## YOUR TASK
Please give back only the lines below from the one containing "f 146 145 22" to the one containing "f 242 241 139", each repeated word for word, both ends included.

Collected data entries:
↓
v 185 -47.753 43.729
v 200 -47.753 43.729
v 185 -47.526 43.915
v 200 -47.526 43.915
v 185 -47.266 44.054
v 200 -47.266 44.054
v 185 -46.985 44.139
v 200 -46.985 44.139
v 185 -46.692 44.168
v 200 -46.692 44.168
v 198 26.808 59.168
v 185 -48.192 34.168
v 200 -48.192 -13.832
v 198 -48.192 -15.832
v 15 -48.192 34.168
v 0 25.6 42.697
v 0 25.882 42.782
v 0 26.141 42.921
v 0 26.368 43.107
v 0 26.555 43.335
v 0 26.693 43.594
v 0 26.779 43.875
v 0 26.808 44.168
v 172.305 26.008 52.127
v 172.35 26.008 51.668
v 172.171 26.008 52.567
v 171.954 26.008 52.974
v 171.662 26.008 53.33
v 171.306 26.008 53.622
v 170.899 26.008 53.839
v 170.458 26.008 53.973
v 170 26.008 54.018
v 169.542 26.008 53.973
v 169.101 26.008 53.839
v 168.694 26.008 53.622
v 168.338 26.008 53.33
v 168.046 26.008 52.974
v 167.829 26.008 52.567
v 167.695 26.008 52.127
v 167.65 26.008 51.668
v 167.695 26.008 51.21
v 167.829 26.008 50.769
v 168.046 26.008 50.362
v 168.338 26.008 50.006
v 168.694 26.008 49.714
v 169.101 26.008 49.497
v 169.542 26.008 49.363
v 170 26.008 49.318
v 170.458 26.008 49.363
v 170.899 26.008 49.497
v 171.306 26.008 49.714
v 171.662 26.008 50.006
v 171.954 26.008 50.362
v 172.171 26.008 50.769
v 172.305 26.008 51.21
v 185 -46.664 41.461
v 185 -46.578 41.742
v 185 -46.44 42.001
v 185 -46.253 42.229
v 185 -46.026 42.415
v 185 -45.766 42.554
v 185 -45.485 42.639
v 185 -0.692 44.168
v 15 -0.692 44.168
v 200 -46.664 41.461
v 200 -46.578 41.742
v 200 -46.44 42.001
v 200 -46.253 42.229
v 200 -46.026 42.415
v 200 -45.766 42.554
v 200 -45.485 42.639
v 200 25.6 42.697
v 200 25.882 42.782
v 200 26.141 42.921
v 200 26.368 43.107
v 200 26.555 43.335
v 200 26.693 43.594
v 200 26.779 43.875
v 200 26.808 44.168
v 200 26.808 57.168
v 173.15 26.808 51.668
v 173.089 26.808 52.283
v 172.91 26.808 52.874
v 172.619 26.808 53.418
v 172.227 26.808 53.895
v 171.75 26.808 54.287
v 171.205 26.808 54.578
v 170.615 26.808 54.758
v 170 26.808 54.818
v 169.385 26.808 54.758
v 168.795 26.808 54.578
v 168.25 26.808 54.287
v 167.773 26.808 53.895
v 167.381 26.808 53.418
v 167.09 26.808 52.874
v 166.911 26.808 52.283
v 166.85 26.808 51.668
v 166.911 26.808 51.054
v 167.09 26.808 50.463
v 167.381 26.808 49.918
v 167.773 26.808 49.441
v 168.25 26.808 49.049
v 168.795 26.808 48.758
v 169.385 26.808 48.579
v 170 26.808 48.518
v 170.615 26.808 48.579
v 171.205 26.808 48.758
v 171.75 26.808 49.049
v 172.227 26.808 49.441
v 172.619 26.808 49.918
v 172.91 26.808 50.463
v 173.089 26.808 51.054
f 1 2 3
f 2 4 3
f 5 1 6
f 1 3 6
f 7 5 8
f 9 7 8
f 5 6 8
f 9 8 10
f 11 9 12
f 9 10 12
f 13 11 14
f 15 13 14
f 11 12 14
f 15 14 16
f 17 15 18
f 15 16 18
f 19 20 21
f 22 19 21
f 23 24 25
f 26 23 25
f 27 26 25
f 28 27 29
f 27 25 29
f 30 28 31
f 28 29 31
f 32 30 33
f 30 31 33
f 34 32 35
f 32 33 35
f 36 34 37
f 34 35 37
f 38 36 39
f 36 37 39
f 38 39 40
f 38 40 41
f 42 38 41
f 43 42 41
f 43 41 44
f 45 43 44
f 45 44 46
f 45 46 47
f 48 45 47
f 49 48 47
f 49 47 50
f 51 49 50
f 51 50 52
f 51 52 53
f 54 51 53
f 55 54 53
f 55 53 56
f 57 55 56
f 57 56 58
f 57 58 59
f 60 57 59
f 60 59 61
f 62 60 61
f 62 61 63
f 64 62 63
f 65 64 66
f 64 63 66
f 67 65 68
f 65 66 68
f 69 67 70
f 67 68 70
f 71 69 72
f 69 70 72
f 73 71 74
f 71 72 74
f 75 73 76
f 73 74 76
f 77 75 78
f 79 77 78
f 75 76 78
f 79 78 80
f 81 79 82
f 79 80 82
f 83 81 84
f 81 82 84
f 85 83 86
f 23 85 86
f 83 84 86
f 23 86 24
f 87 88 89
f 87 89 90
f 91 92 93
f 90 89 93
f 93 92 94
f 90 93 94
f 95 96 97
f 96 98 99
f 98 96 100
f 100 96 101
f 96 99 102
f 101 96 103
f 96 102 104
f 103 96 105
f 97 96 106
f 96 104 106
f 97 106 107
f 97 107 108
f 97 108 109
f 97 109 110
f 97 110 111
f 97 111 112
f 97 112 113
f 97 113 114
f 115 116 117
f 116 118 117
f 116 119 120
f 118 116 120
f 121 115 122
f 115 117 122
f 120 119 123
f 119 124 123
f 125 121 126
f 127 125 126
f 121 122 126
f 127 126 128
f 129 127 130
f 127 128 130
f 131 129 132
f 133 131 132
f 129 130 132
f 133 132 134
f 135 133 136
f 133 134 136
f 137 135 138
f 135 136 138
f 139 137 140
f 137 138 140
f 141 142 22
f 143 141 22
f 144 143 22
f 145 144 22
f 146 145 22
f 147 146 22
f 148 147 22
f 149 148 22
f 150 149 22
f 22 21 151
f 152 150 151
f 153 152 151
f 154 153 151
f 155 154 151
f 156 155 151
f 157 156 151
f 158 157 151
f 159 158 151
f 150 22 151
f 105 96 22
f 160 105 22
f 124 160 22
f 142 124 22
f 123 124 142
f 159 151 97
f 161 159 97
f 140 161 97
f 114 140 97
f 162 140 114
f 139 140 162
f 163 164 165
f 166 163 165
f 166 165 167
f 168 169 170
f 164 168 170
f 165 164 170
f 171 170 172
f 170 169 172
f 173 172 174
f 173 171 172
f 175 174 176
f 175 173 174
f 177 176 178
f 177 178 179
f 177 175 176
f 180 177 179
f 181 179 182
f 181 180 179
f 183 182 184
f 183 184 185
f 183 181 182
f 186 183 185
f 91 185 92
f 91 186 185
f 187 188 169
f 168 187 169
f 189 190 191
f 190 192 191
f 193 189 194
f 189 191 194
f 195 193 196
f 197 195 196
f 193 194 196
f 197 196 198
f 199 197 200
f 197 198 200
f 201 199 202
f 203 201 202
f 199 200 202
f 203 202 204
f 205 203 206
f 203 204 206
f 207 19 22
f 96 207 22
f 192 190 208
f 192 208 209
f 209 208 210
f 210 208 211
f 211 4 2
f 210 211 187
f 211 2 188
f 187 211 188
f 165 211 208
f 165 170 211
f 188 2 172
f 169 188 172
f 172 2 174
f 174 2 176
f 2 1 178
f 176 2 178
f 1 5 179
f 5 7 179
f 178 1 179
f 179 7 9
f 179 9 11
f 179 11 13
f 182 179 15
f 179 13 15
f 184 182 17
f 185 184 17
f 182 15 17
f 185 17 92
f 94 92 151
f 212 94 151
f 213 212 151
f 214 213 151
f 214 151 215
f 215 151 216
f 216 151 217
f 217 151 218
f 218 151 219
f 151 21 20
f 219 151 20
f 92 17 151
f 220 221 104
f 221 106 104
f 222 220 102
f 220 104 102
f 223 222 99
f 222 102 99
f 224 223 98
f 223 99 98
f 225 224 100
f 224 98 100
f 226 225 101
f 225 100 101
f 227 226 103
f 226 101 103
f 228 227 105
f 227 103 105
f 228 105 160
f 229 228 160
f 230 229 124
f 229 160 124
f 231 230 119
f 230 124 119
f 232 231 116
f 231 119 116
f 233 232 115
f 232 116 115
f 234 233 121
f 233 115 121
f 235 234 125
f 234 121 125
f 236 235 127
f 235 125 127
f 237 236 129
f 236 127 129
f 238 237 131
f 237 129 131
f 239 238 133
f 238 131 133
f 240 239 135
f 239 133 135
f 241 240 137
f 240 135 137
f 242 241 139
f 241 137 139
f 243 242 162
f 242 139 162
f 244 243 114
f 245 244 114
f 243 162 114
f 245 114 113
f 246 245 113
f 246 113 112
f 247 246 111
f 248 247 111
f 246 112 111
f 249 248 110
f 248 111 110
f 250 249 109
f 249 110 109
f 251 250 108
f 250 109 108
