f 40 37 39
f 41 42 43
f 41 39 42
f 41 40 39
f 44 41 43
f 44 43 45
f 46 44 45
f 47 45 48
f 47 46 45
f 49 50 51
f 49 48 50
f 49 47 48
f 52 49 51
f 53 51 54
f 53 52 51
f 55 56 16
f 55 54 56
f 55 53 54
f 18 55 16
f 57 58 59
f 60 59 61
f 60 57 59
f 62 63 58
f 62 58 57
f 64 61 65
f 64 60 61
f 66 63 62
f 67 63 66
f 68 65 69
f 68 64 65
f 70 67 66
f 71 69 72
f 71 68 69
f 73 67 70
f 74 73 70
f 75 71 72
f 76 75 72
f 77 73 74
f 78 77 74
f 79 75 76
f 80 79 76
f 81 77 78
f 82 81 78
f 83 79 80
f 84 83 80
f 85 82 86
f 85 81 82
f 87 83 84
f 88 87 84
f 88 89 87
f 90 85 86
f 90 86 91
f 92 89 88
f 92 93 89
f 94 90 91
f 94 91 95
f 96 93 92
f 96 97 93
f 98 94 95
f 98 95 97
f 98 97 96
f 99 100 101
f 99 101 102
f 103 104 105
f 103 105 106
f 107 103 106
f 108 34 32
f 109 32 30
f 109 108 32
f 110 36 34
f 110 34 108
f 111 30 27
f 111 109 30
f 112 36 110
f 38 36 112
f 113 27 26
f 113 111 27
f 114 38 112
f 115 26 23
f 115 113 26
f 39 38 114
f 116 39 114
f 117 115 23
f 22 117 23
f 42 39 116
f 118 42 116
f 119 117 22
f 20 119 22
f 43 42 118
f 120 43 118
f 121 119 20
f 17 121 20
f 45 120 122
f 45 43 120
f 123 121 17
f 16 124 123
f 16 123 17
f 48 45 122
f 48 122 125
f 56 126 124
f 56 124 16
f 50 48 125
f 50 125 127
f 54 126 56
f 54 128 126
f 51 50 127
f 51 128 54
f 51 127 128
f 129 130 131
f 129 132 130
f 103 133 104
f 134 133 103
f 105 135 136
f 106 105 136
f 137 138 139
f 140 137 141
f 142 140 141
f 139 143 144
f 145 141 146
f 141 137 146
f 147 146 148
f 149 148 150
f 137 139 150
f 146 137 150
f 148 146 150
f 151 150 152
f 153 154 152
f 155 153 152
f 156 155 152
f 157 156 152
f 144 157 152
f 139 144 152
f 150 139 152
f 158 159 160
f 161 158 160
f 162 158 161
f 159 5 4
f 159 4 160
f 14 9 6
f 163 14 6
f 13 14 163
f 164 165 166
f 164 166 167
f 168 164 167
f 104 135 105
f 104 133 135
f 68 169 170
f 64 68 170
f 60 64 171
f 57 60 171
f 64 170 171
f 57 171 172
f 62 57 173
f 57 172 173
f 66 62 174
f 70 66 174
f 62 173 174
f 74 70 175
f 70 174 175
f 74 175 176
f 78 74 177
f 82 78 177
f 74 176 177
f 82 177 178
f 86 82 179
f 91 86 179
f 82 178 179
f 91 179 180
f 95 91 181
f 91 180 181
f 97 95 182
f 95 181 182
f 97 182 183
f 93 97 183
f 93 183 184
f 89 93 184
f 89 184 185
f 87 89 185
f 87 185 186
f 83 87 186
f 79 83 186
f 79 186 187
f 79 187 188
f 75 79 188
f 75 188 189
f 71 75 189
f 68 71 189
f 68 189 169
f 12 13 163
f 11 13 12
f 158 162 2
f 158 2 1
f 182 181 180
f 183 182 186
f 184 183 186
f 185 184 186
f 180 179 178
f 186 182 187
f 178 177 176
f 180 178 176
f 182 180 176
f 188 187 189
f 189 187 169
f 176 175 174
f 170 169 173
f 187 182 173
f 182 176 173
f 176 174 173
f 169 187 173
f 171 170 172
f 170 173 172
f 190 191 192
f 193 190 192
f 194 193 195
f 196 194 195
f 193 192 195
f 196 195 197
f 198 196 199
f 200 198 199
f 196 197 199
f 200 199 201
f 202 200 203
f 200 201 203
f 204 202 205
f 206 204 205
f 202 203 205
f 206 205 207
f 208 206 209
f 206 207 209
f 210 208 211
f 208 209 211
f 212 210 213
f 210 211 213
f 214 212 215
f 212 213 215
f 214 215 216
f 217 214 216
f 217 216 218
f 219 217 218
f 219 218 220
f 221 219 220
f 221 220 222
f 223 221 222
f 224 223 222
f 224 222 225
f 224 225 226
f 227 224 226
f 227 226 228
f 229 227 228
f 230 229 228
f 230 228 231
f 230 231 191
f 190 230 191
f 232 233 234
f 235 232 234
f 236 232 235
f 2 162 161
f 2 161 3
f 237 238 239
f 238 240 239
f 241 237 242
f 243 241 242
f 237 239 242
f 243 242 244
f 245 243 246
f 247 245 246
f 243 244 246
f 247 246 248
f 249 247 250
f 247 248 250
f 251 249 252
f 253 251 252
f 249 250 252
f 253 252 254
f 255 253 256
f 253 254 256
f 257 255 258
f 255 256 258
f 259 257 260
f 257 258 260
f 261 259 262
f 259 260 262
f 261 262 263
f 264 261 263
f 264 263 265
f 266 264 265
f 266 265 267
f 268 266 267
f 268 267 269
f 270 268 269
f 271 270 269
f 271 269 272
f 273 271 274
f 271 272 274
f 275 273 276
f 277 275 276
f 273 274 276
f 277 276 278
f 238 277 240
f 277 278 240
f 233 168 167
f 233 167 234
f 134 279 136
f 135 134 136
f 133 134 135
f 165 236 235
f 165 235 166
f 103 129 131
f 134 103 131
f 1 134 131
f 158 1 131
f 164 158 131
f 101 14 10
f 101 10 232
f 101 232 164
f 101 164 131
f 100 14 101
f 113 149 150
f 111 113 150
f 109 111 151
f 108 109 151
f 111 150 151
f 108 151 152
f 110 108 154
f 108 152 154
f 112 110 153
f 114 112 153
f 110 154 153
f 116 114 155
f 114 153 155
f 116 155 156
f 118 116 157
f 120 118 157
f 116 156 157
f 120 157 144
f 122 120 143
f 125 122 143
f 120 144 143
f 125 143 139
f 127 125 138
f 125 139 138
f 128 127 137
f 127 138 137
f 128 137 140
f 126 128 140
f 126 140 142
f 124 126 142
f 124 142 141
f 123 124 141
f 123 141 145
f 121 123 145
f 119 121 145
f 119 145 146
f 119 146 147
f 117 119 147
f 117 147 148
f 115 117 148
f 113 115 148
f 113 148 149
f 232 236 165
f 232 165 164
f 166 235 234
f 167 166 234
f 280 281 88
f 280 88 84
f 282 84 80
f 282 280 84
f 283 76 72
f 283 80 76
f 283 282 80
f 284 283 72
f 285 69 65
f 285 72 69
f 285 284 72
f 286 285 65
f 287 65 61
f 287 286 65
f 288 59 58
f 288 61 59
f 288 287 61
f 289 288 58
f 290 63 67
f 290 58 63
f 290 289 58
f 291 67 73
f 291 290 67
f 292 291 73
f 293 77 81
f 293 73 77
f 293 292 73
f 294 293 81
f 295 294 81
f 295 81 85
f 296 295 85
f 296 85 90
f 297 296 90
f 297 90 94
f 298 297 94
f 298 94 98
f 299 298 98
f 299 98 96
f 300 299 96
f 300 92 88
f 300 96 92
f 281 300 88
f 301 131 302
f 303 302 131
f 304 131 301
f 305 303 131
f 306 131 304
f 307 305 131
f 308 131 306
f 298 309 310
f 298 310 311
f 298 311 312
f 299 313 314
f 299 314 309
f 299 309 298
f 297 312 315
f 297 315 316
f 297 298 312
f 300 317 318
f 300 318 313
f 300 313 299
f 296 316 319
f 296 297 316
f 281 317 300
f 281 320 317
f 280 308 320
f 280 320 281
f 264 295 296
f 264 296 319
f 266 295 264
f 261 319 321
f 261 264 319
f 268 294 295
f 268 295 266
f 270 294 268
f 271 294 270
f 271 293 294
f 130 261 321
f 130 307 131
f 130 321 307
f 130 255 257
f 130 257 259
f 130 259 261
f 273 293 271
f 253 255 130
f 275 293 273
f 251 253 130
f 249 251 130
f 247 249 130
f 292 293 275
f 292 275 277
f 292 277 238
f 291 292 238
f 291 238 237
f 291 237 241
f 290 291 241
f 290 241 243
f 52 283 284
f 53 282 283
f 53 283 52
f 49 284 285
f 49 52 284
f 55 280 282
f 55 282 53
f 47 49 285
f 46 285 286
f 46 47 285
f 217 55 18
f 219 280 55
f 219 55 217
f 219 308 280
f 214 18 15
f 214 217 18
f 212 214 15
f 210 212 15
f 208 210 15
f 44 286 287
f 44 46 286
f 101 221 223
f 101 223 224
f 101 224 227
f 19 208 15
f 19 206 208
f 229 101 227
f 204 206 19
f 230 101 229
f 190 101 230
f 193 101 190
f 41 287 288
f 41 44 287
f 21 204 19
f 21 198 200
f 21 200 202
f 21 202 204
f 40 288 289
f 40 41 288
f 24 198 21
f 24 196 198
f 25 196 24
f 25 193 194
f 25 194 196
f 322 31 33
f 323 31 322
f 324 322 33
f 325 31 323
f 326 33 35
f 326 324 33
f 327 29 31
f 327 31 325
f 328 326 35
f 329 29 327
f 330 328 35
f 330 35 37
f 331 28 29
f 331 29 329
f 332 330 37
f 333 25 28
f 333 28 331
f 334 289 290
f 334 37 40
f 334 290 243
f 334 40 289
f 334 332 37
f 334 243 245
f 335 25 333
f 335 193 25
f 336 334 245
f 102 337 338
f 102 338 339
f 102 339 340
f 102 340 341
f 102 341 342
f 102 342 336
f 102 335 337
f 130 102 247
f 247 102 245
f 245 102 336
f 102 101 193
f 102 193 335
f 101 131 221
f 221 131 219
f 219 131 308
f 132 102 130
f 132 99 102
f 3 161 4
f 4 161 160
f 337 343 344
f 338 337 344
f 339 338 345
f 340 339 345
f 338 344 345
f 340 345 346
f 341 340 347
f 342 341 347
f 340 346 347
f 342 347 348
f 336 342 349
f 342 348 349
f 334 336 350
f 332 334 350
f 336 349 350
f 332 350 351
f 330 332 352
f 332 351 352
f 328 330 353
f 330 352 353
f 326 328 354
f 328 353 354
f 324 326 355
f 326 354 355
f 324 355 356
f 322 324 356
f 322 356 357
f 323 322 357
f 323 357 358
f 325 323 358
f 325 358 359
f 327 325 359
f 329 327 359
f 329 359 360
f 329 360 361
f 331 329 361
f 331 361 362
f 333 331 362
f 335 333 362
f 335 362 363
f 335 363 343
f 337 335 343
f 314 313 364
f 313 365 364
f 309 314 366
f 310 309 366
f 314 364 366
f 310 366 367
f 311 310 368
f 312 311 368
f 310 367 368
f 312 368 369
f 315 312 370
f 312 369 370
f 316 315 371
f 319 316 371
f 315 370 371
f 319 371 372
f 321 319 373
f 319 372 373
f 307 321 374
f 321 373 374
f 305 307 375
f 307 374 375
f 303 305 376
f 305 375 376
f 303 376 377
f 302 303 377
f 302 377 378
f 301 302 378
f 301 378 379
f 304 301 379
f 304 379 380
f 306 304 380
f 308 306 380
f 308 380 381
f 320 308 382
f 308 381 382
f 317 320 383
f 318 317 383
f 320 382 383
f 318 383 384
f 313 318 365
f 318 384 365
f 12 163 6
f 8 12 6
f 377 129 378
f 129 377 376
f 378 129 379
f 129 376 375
↑
## SOLVED EXERCISE
f 146 145 22
f 147 146 22
f 148 147 22
f 149 148 22
f 150 149 22
f 22 21 151
f 152 150 151
f 153 152 151
f 154 153 151
f 155 154 151
f 156 155 151
f 157 156 151
f 158 157 151
f 159 158 151
f 150 22 151
f 105 96 22
f 160 105 22
f 124 160 22
f 142 124 22
f 123 124 142
f 159 151 97
f 161 159 97
f 140 161 97
f 114 140 97
f 162 140 114
f 139 140 162
f 163 164 165
f 166 163 165
f 166 165 167
f 168 169 170
f 164 168 170
f 165 164 170
f 171 170 172
f 170 169 172
f 173 172 174
f 173 171 172
f 175 174 176
f 175 173 174
f 177 176 178
f 177 178 179
f 177 175 176
f 180 177 179
f 181 179 182
f 181 180 179
f 183 182 184
f 183 184 185
f 183 181 182
f 186 183 185
f 91 185 92
f 91 186 185
f 187 188 169
f 168 187 169
f 189 190 191
f 190 192 191
f 193 189 194
f 189 191 194
f 195 193 196
f 197 195 196
f 193 194 196
f 197 196 198
f 199 197 200
f 197 198 200
f 201 199 202
f 203 201 202
f 199 200 202
f 203 202 204
f 205 203 206
f 203 204 206
f 207 19 22
f 96 207 22
f 192 190 208
f 192 208 209
f 209 208 210
f 210 208 211
f 211 4 2
f 210 211 187
f 211 2 188
f 187 211 188
f 165 211 208
f 165 170 211
f 188 2 172
f 169 188 172
f 172 2 174
f 174 2 176
f 2 1 178
f 176 2 178
f 1 5 179
f 5 7 179
f 178 1 179
f 179 7 9
f 179 9 11
f 179 11 13
f 182 179 15
f 179 13 15
f 184 182 17
f 185 184 17
f 182 15 17
f 185 17 92
f 94 92 151
f 212 94 151
f 213 212 151
f 214 213 151
f 214 151 215
f 215 151 216
f 216 151 217
f 217 151 218
f 218 151 219
f 151 21 20
f 219 151 20
f 92 17 151
f 220 221 104
f 221 106 104
f 222 220 102
f 220 104 102
f 223 222 99
f 222 102 99
f 224 223 98
f 223 99 98
f 225 224 100
f 224 98 100
f 226 225 101
f 225 100 101
f 227 226 103
f 226 101 103
f 228 227 105
f 227 103 105
f 228 105 160
f 229 228 160
f 230 229 124
f 229 160 124
f 231 230 119
f 230 124 119
f 232 231 116
f 231 119 116
f 233 232 115
f 232 116 115
f 234 233 121
f 233 115 121
f 235 234 125
f 234 121 125
f 236 235 127
f 235 125 127
f 237 236 129
f 236 127 129
f 238 237 131
f 237 129 131
f 239 238 133
f 238 131 133
f 240 239 135
f 239 133 135
f 241 240 137
f 240 135 137
f 242 241 139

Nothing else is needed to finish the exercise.